Phobos: A Chip Off of Mars?

Asaph Hall's discovery of Mars's two small moons in 1878 is one of the greatest success stories of observational astronomy. For nearly a century thereafter, however, Phobos and Deimos were little more than dynamical curiosities that traveled oh-so-close to their parent planet.

With the Space Age came the opportunity to see these objects at closer range, and a succession of spacecraft (beginning with Mariner 9 in 1971) has revealed Deimos and especially Phobos with ever-greater detail. Some particularly dramatic views have come from the HiRISE camera aboard Mars Reconnaissance Orbiter.

Yet, despite decades of careful scrutiny from space and from ground-based telescopes, astronomers still debate where these little worlds came from. They're very dark, implying a carbon-rich composition akin to bodies at the outer margins of the asteroid belt. Both also have a low density, suggesting they're riddled with internal cavities. All this evidence points to the notion that Mars somehow captured a couple of wandering objects that happened to stray too close by. (One big "gotcha": both moons have extremely circular orbits very close to Mars's equatorial plane — not exactly the outcome you'd get from two random encounters.)

Now a team of observers has stirred up the pot of possibilities. Yesterday, at the European Planetary Science Congress in Rome, hometown researcher Marco Giuranna (IFSI/INAF) argued that far-infrared spectra of Phobos acquired with the Mars Express orbiter don't match the composition of any known chondritic asteroid or meteorite type. (Chondrites are rocky bodies that have remained unaltered since the solar system's formation.)

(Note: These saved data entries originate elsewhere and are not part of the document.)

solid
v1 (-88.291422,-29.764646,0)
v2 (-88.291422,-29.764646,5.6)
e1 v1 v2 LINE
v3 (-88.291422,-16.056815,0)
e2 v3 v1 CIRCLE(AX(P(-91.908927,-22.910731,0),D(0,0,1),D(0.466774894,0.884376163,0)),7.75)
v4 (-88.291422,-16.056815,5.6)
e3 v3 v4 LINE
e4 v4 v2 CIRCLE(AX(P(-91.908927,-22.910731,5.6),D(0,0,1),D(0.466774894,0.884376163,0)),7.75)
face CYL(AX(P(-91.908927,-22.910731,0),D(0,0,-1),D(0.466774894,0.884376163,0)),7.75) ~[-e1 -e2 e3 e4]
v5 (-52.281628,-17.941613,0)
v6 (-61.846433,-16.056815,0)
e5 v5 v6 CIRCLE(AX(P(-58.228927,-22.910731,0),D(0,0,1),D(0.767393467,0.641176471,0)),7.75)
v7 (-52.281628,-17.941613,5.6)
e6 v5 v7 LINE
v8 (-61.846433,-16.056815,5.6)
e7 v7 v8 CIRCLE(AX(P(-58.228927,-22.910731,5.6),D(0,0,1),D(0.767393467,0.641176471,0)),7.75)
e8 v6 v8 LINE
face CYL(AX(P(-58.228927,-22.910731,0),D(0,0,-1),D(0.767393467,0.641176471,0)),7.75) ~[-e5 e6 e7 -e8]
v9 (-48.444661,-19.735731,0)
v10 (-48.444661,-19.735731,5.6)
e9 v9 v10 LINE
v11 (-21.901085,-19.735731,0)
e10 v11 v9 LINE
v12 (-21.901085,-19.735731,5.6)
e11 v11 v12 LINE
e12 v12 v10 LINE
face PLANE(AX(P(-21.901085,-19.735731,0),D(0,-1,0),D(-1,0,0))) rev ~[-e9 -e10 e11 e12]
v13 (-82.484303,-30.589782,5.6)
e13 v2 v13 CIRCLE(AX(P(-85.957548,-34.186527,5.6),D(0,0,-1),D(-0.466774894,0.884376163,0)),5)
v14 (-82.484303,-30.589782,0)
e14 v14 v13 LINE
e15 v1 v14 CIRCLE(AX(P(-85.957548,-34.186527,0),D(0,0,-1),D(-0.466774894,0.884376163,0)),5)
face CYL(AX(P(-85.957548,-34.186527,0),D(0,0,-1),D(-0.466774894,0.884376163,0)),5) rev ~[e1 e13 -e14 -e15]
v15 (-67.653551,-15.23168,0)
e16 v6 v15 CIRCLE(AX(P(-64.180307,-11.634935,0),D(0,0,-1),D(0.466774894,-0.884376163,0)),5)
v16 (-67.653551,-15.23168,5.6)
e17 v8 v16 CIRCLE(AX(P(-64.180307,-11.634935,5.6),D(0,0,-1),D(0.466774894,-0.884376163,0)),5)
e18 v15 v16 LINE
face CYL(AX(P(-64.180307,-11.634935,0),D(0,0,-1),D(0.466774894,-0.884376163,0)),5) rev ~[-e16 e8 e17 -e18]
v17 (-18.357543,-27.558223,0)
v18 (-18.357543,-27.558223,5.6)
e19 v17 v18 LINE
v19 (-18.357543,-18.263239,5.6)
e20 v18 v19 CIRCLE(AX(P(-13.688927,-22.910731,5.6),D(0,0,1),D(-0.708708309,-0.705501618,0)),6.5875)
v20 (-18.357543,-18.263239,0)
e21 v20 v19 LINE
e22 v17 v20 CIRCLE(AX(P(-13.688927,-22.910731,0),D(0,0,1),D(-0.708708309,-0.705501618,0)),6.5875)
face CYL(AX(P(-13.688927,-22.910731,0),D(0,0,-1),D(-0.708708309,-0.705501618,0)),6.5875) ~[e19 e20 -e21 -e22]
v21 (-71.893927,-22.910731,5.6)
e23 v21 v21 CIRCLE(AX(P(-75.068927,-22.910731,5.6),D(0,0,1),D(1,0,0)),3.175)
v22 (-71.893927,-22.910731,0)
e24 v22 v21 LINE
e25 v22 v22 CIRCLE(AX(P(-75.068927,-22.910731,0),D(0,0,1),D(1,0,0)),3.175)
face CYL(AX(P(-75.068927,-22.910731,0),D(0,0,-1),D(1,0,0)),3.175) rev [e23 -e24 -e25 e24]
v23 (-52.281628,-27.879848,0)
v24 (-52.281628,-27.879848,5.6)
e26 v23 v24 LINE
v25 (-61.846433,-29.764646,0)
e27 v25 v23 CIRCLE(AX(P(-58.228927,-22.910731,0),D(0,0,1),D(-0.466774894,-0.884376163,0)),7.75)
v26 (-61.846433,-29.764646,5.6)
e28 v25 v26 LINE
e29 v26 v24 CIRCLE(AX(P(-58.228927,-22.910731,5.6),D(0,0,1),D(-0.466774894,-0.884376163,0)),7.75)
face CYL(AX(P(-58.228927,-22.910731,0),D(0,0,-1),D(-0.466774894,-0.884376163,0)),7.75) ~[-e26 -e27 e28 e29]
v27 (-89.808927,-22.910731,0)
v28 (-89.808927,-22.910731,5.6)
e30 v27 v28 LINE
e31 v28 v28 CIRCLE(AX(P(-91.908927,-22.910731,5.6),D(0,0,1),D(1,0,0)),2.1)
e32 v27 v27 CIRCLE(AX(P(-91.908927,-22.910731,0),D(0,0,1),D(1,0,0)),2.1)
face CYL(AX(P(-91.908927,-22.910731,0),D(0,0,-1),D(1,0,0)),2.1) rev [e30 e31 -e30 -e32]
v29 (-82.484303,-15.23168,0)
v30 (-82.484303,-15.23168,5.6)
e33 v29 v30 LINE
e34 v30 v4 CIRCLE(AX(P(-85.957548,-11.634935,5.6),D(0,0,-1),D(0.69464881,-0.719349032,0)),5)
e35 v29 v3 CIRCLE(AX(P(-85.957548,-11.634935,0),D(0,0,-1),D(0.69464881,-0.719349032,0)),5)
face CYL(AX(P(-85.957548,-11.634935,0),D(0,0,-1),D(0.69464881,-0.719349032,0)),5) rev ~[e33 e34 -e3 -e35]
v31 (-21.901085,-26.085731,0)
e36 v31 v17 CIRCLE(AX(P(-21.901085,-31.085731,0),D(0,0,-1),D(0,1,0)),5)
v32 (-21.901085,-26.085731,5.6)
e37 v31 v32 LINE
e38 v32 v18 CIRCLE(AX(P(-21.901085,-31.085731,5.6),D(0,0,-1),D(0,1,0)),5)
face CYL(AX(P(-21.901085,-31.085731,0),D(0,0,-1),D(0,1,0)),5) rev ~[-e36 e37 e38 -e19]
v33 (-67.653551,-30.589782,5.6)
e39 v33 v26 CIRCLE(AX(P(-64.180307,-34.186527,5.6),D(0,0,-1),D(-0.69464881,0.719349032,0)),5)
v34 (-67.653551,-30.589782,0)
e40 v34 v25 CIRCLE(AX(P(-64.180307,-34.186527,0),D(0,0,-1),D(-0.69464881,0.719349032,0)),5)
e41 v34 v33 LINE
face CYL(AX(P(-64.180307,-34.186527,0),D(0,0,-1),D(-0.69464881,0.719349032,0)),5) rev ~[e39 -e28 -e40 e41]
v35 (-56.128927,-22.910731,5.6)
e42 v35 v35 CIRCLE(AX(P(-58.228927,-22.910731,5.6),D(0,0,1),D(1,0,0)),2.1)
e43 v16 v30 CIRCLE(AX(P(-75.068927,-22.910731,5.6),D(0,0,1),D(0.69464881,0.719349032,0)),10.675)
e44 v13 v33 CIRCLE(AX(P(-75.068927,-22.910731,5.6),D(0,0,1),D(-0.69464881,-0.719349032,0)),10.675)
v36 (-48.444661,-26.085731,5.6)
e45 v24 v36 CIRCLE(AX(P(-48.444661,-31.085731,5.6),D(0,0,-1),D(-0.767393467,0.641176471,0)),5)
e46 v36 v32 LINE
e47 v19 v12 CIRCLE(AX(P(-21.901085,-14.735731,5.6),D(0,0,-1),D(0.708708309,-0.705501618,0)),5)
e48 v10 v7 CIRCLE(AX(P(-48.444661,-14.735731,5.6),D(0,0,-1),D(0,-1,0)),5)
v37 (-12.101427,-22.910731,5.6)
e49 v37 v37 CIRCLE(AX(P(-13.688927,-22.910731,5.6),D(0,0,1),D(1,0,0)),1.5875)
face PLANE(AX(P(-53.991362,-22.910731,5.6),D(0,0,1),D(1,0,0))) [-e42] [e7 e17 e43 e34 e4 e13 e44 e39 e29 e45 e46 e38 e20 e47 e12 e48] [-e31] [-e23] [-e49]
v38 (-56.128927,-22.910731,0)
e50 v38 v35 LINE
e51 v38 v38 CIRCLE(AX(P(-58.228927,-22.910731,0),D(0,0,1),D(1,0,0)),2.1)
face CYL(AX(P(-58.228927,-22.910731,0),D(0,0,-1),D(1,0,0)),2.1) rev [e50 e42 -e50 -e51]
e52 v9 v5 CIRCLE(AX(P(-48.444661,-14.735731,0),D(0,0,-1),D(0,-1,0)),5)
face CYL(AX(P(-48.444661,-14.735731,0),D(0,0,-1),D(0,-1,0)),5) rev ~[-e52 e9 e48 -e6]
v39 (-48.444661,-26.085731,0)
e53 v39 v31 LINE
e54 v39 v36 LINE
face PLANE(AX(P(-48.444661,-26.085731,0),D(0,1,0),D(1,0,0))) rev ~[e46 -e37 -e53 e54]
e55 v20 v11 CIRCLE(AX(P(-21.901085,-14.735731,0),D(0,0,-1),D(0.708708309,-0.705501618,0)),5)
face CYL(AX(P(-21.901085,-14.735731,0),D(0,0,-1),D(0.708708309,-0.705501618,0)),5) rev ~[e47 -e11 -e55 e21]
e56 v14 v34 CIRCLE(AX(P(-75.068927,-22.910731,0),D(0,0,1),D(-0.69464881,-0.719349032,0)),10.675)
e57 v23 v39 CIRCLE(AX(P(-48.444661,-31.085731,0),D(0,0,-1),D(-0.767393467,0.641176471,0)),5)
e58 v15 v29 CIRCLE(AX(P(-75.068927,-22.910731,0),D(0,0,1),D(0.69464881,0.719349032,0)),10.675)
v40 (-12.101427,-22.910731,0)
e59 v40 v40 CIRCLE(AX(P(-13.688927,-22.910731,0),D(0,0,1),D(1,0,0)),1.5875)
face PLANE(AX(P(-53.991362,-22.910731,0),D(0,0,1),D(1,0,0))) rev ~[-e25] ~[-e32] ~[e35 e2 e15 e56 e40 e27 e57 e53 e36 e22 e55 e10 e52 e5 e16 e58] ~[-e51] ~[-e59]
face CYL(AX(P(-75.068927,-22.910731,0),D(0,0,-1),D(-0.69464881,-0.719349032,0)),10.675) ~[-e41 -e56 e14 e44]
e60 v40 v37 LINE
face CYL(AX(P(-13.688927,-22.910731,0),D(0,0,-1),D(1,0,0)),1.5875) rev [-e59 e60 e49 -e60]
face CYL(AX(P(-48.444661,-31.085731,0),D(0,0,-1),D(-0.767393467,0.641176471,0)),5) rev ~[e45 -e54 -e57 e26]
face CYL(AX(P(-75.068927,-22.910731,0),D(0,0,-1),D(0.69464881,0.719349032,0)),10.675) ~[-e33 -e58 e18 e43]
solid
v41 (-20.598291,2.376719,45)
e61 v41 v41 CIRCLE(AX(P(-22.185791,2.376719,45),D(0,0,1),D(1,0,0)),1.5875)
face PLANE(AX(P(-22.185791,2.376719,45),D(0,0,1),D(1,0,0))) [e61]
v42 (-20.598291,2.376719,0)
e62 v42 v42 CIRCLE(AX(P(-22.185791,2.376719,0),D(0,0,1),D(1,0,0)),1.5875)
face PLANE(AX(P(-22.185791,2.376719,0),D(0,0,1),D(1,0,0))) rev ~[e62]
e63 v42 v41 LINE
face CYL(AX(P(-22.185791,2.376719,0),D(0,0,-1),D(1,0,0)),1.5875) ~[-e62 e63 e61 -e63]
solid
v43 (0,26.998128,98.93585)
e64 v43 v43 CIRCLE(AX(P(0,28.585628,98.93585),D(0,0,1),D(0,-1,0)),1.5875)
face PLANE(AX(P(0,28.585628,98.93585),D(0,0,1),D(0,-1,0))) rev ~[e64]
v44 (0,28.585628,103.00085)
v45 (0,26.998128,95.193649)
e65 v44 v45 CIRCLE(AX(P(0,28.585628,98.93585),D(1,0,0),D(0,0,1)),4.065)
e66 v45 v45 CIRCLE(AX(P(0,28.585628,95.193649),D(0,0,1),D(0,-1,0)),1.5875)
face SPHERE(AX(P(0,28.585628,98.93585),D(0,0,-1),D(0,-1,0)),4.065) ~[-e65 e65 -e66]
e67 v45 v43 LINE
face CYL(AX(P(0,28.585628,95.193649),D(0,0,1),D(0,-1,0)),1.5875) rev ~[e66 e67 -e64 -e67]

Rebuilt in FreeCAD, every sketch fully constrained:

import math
import FreeCAD as App
import Part
import Sketcher

doc = App.newDocument("Part")
body = doc.addObject("PartDesign::Body", "Body")

# Sketch on YZ plane
sketch1 = body.newObject("Sketcher::SketchObject", "Sketch")
sketch1.AttachmentSupport = (doc.getObject("YZ_Plane"), [""])
sketch1.MapMode = "FlatFace"
sketch1.addGeometry([
    Part.LineSegment(App.Vector(28.585628, 98.93585, 0), App.Vector(28.585628, 103.00085, 0)),
    Part.ArcOfCircle(Part.Circle(App.Vector(28.585628, 98.93585, 0), App.Vector(0, 0, 1), 4.065), math.radians(90), math.radians(247.012587)),
    Part.LineSegment(App.Vector(26.998128, 95.193649, 0), App.Vector(26.998128, 98.93585, 0)),
    Part.LineSegment(App.Vector(26.998128, 98.93585, 0), App.Vector(28.585628, 98.93585, 0)),
], False)
sketch1.addGeometry(Part.LineSegment(App.Vector(28.585628, 95.193649, 0), App.Vector(28.585628, 103.00085, 0)), True)  # axis
sketch1.addConstraint([
    Sketcher.Constraint("Coincident", 0, 2, 1, 1),
    Sketcher.Constraint("Coincident", 1, 2, 2, 1),
    Sketcher.Constraint("Coincident", 2, 2, 3, 1),
    Sketcher.Constraint("Coincident", 3, 2, 0, 1),
    Sketcher.Constraint("Vertical", 0),
    Sketcher.Constraint("Vertical", 2),
    Sketcher.Constraint("Horizontal", 3),
    Sketcher.Constraint("Vertical", 4),
    Sketcher.Constraint("Coincident", 3, 2, 1, 3),
    Sketcher.Constraint("Coincident", 4, 2, 0, 2),
    Sketcher.Constraint("Horizontal", 1, 2, 4, 1),
    Sketcher.Constraint("Radius", 1, 4.065),
    Sketcher.Constraint("DistanceX", 3, 1, 3, 2, 1.5875),
    Sketcher.Constraint("DistanceY", -1, 1, 1, 3, 98.93585),
    Sketcher.Constraint("DistanceX", -1, 1, 1, 3, 28.585628),
])
revolution = body.newObject("PartDesign::Revolution", "Revolution")
revolution.Profile = sketch1
revolution.ReferenceAxis = (sketch1, ["Axis0"])
revolution.Angle = 360
body2 = doc.addObject("PartDesign::Body", "Body001")

# Sketch on XY plane
sketch2 = body2.newObject("Sketcher::SketchObject", "Sketch001")
sketch2.AttachmentSupport = (doc.getObject("XY_Plane001"), [""])
sketch2.MapMode = "FlatFace"
sketch2.addGeometry(Part.Circle(App.Vector(-22.185791, 2.376719, 0), App.Vector(0, 0, 1), 1.5875), False)
sketch2.addConstraint([
    Sketcher.Constraint("Diameter", 0, 3.175),
    Sketcher.Constraint("DistanceX", 0, 3, -1, 1, 22.185791),
    Sketcher.Constraint("DistanceY", -1, 1, 0, 3, 2.376719),
])
pad1 = body2.newObject("PartDesign::Pad", "Pad")
pad1.Profile = sketch2
pad1.Length = 45
body3 = doc.addObject("PartDesign::Body", "Body002")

What he and others have found instead is a distinct composition rich in dark ultramafic minerals (having lots of iron and magnesium) and clay minerals, called phyllosilicates. The clay signature appears strongest near the large crater Stickney, hinting that deposits were dredged up from deeper down.

Moreover, Martin Pätzold (Köln University) also announced at the ESPC that Phobos has a density of just 1.86 ±0.02 g/cm³. To be so low, the moon's interior must be incredibly porous, with voids taking up 25% to 35% of the total volume. The new density value is based on careful tracking of Mars Express during close flybys of Phobos, including a brush-by just 42 miles (67 km) away last March 3rd.

That mix of clay and ultramafic minerals might be rare among the asteroids, but it's likely a lot more common on the Martian surface down below. The upshot, Giuranna suggests, is that Phobos wasn't captured but more likely formed in place from debris blasted off the surface of Mars during a large, long-ago collision. Most of the debris would have escaped to interplanetary space, but enough of it (11 trillion tons, more or less) hung around to recollect into the two Martian moons.

It's a dramatic hypothesis, to be sure, but is it the correct one? First, as Giuranna's team points out, the new compositional clues don't rule out that Phobos (and Deimos) were captured. Observers have found plenty of asteroids with clay minerals on their surfaces, and ultramafic meteorites (achondrites) aren't exactly rare. Second, the moons' spongy interiors could have resulted if a single body broke apart during its capture by Mars and then then reassembled into a pair of not-quite-solid satellites. Finally, someone needs to run a computer simulation to see if this smash-and-dash scenario makes dynamical sense (according to impact modeler Robin Canup, no one's done it yet).

You can reach your own conclusion: the press release announcing the new Mars Express results is here, and more detailed grist is here.

In any case, we might not have to wait too long to learn the Martian moons' pedigree. A Russian mission called Phobos-Grunt is being readied for launch late next year. The effort has encountered technical problems — it was supposed to head off toward Mars a year ago — but if it succeeds, scientists will have 100 to 200 grams of Phobos to analyze when the sample-return capsule lands in July 2014.